The real problem, however, may be the premises underlying this approach. I wrote about this 12 years ago, stating at the time that this was a major problem for this type of fMRI study.  This gets to the “modules vs networks” debate among neuroscientists. Is the brain fundamentally organized as discrete modules that are responsible for specific kinds of processing, or is the main organization around networks across different parts of the brain. The answer, it seems, is yes. Both are true, there are networks of modules.

But what is the exact nature of these modules, which in essence is what fMRI is trying to image in this type of research – which “modules” light up? It seems that modules do not necessarily correlate with a specific ability or function, but rather, perhaps, a type of information processing that can serve multiple different functions. Modules may, therefore, serve different functions when they are part of different networks. Perhaps it is true that networks themselves are flexible, depending on exactly how a task is being completed. Different similar networks can do sort of the same thing, but in slightly different ways.
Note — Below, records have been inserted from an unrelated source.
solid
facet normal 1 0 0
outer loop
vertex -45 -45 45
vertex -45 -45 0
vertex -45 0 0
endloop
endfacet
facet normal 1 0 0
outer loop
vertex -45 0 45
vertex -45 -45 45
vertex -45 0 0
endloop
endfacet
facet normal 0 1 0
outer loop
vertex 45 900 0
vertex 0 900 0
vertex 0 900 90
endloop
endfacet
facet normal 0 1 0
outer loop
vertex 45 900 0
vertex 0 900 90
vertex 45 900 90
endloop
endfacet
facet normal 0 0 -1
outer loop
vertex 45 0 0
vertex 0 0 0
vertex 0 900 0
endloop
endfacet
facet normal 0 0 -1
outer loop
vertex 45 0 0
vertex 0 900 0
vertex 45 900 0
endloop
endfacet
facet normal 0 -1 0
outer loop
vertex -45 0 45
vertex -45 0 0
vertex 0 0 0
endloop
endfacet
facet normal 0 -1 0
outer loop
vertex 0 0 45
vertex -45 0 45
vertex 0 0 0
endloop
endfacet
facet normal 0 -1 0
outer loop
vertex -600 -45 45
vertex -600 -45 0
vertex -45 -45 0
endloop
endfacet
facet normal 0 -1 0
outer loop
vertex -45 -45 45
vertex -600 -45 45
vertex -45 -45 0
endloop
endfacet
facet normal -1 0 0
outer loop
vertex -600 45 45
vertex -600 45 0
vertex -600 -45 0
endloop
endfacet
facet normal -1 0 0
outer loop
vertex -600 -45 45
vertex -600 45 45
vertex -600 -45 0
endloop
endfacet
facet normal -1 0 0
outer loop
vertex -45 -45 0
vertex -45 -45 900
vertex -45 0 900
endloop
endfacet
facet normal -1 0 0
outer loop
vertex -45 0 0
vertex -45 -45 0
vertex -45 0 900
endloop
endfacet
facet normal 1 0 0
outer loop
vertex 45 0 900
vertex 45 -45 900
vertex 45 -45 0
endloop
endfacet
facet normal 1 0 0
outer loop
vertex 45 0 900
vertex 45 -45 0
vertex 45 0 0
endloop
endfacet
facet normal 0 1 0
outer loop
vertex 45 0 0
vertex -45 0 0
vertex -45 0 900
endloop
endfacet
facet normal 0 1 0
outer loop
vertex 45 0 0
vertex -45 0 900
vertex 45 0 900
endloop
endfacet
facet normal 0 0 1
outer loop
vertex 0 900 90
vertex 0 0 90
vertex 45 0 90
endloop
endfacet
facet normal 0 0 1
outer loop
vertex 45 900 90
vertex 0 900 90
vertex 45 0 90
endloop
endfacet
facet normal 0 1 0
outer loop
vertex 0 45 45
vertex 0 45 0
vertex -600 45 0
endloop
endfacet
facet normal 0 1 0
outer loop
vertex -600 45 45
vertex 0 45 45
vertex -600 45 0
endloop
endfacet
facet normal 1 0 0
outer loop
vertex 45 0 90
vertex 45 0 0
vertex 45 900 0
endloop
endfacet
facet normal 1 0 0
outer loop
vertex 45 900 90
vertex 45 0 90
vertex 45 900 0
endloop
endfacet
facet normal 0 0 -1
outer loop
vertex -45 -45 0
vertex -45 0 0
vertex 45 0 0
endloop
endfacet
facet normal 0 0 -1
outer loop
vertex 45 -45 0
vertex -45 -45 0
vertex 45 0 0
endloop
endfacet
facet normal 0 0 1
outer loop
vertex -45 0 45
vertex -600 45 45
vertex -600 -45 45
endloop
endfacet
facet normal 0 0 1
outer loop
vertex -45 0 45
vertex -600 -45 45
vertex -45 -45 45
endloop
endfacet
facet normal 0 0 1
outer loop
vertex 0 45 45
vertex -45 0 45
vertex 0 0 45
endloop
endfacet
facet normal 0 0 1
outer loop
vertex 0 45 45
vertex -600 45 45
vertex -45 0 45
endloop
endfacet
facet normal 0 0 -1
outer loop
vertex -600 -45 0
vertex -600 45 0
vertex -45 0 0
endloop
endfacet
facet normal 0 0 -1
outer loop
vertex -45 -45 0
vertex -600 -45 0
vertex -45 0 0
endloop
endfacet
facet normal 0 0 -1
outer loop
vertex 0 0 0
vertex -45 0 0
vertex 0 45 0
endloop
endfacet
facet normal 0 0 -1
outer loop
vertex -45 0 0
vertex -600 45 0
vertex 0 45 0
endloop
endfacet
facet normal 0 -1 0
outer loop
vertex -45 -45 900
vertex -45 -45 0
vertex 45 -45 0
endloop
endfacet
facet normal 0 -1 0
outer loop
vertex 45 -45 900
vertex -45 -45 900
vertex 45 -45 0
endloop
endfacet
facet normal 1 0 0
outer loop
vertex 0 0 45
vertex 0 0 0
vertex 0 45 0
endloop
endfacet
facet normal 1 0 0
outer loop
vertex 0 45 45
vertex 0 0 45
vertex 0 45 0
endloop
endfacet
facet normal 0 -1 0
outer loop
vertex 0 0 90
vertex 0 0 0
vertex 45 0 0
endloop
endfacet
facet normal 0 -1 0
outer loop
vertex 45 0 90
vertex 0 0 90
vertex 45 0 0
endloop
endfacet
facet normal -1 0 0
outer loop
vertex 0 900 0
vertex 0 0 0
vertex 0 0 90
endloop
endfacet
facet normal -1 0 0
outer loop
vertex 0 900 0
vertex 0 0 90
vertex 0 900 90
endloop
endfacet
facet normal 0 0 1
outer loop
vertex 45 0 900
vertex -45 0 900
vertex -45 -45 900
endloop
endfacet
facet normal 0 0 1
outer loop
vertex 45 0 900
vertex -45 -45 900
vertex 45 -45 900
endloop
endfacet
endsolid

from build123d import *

# Parameters (mm, degrees)
F0_W     = 45
F0_H     = 900
F1_DEPTH = 90
F2_W     = 90
F2_H     = 45
F3_DEPTH = 900
F5_DEPTH = 45


with BuildPart() as f1:
    # F0 (on Top) → F1 (new body)
    with BuildSketch(Plane.XY):
        with Locations((22.5, 450)):
            Rectangle(F0_W, F0_H)
    extrude(amount=F1_DEPTH)


with BuildPart() as f3:
    # F2 (on Top) → F3 (new body)
    with BuildSketch(Plane.XY):
        with Locations((0, -22.5)):
            Rectangle(F2_W, F2_H)
    extrude(amount=F3_DEPTH)


with BuildPart() as f5:
    # F4 (on Top) → F5 (new body)
    with BuildSketch(Plane.XY):
        Polygon((0, 0), (0, 45), (-600, 45), (-600, -45), (-45, -45), (-45, 0), align=None)
    extrude(amount=F5_DEPTH)


solid = Compound([f1.part, f3.part, f5.part])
This variability is likely to be task specific, with some tasks (like language) being fairly consistent, while other more abstract tasks are highly variable. The bottom line is that brain function is incredibly complex, and it may be a level or two more complex than the research paradigms we are currently using to try to figure it out. In other words, the task-specific fMRI paradigm may be fatally flawed, not just technically limited. Time will tell.

Hariri also points out, however, that the networks approach to fMRI has much greater validity. This paradigm works – using fMRI to image network activity in the brain to see how parts of the brain are wired together. The relative success of this approach may be telling us something about the relative contribution of networks vs modules. But also the networks approach is just trying to figure out anatomy, how the brain is wired together, and is not task-specific. It is the task-specific part that seems to be the problem, likely for the reasons I state above.

This all may seem like a giant step backwards, but it’s all part of how science works. This is still information – knowing that brain module activity is variable from task execution to task execution is a useful insight. Negative results are still results. It may suck that it took 15 years to figure that out, but we are studying the most complex thing we know of in the universe, so no one expected this to be easy.